What the exercise asks - Could you restate word for word every line of the records below, from the first one to the one holding "e12 v12 v9 LINE"?
════
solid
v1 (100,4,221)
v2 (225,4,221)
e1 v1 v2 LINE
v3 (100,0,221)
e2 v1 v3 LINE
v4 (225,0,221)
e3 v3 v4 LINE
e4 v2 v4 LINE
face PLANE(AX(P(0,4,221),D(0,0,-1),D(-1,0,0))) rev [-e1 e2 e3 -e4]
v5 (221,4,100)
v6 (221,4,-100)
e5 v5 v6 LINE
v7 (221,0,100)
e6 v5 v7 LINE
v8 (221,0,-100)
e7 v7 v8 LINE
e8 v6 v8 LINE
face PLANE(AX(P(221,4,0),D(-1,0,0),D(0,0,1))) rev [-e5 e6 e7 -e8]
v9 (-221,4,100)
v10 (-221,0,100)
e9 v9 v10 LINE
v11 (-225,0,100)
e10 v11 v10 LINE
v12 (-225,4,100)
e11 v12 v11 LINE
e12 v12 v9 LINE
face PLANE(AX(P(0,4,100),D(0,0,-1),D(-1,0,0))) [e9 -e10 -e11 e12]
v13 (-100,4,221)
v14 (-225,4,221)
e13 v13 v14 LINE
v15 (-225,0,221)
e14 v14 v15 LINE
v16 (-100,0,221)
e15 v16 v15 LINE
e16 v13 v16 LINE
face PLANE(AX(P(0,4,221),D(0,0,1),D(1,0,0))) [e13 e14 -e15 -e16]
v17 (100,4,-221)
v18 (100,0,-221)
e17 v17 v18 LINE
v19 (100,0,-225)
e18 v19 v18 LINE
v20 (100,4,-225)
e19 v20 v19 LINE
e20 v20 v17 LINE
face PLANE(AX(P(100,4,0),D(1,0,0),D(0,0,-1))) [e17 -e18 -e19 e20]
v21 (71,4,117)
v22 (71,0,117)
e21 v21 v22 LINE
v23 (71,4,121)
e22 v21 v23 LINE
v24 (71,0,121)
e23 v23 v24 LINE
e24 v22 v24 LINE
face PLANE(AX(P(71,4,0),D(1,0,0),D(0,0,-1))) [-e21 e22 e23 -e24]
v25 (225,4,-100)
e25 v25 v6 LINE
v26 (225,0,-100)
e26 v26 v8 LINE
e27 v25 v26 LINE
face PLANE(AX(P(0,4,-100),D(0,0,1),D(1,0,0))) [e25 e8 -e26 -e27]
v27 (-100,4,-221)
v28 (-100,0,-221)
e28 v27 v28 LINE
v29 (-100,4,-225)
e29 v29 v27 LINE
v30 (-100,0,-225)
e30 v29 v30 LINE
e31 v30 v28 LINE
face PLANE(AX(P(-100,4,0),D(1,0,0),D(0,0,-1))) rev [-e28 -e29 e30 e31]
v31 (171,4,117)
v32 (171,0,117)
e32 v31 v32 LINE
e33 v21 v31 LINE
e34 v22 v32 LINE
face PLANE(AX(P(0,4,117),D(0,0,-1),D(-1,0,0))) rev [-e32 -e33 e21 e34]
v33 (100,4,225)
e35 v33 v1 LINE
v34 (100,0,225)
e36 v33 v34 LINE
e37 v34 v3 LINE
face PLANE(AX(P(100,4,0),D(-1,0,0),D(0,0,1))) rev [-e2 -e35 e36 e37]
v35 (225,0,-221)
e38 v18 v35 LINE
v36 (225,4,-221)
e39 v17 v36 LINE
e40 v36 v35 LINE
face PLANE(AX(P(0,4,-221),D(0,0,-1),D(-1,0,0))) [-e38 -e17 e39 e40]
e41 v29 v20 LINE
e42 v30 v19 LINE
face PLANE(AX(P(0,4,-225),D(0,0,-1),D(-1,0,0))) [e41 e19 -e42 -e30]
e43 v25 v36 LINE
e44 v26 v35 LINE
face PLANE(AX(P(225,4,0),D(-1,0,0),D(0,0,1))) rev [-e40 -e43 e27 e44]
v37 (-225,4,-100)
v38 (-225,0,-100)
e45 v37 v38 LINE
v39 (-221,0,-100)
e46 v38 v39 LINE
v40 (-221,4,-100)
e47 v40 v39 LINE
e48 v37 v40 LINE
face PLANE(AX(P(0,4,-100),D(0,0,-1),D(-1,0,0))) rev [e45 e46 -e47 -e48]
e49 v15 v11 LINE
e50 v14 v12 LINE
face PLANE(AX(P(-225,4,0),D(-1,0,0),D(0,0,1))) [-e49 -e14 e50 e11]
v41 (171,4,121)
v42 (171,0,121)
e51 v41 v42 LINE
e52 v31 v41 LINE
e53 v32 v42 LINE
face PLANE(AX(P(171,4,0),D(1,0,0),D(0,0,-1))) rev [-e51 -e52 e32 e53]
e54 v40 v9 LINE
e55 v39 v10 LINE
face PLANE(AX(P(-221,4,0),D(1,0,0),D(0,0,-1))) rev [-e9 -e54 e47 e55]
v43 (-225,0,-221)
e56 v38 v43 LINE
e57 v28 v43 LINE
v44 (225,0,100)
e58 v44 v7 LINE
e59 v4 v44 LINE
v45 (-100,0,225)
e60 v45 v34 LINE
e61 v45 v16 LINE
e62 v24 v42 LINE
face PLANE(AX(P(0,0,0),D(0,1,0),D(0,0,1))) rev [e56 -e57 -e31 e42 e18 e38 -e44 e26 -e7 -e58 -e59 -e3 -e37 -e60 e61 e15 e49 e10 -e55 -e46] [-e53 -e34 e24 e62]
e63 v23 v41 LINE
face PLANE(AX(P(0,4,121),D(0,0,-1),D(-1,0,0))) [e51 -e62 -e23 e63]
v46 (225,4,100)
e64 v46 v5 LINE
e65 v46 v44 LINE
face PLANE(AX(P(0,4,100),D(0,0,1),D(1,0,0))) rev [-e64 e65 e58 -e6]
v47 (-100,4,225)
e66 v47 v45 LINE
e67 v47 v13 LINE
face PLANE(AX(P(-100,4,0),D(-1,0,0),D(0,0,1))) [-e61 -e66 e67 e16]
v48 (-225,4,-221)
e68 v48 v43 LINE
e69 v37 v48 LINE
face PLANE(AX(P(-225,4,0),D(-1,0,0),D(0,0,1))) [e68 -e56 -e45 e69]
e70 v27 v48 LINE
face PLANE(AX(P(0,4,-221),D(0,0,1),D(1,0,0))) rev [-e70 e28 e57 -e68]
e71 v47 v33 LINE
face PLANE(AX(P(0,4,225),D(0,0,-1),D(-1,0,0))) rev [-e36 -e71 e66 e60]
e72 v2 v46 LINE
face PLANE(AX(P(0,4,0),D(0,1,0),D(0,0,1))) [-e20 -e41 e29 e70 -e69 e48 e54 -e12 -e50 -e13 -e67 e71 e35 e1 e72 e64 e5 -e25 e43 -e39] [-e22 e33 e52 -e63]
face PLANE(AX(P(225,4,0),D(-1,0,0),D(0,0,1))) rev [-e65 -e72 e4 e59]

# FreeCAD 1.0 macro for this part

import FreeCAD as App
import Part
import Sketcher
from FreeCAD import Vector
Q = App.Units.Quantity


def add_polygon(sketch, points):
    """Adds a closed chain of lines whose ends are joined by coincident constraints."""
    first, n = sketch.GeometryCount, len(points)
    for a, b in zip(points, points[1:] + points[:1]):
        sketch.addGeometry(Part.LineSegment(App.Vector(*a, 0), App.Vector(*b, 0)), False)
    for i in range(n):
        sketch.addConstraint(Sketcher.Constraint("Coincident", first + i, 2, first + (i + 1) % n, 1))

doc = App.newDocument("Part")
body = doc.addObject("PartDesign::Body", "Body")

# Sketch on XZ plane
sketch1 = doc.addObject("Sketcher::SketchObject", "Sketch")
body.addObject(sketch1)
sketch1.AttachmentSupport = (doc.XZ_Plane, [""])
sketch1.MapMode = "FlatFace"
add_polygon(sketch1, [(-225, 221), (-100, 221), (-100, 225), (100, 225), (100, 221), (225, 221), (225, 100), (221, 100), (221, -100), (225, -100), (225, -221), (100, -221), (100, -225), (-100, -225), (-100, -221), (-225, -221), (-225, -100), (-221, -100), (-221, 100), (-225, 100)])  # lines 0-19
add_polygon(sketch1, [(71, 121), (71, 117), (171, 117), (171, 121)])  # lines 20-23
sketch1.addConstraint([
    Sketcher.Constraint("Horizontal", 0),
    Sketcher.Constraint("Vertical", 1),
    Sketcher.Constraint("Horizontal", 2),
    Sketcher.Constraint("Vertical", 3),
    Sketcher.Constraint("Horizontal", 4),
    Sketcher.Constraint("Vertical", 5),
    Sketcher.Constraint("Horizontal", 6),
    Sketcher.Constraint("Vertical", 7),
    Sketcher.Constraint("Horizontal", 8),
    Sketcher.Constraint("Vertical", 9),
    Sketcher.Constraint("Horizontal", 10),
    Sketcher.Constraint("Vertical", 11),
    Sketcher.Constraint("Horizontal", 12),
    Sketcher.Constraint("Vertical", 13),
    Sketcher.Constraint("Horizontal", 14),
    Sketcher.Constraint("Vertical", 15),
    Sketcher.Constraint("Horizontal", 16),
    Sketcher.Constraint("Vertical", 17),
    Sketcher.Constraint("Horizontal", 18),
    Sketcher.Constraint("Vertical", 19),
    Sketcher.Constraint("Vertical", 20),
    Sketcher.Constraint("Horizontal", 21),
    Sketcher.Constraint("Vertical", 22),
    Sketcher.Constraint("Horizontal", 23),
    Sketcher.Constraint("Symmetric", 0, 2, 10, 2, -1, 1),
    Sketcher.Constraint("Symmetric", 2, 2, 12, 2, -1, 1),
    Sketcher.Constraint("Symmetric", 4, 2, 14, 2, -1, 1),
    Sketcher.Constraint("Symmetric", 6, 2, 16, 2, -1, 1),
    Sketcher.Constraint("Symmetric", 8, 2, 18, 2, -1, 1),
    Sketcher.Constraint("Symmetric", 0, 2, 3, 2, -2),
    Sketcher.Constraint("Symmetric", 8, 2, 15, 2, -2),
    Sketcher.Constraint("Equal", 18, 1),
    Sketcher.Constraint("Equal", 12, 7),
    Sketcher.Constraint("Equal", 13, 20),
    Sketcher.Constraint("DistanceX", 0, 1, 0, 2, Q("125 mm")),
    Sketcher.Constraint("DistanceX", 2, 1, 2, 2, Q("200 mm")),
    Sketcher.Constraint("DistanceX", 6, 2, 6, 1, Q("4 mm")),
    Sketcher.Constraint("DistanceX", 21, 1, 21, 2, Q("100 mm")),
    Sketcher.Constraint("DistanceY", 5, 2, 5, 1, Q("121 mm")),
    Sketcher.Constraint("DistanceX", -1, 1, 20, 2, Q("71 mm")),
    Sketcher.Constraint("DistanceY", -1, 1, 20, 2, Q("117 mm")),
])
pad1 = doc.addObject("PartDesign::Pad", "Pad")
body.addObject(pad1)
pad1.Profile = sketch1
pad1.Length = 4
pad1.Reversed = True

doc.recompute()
════
Your solution -
solid
v1 (100,4,221)
v2 (225,4,221)
e1 v1 v2 LINE
v3 (100,0,221)
e2 v1 v3 LINE
v4 (225,0,221)
e3 v3 v4 LINE
e4 v2 v4 LINE
face PLANE(AX(P(0,4,221),D(0,0,-1),D(-1,0,0))) rev [-e1 e2 e3 -e4]
v5 (221,4,100)
v6 (221,4,-100)
e5 v5 v6 LINE
v7 (221,0,100)
e6 v5 v7 LINE
v8 (221,0,-100)
e7 v7 v8 LINE
e8 v6 v8 LINE
face PLANE(AX(P(221,4,0),D(-1,0,0),D(0,0,1))) rev [-e5 e6 e7 -e8]
v9 (-221,4,100)
v10 (-221,0,100)
e9 v9 v10 LINE
v11 (-225,0,100)
e10 v11 v10 LINE
v12 (-225,4,100)
e11 v12 v11 LINE
e12 v12 v9 LINE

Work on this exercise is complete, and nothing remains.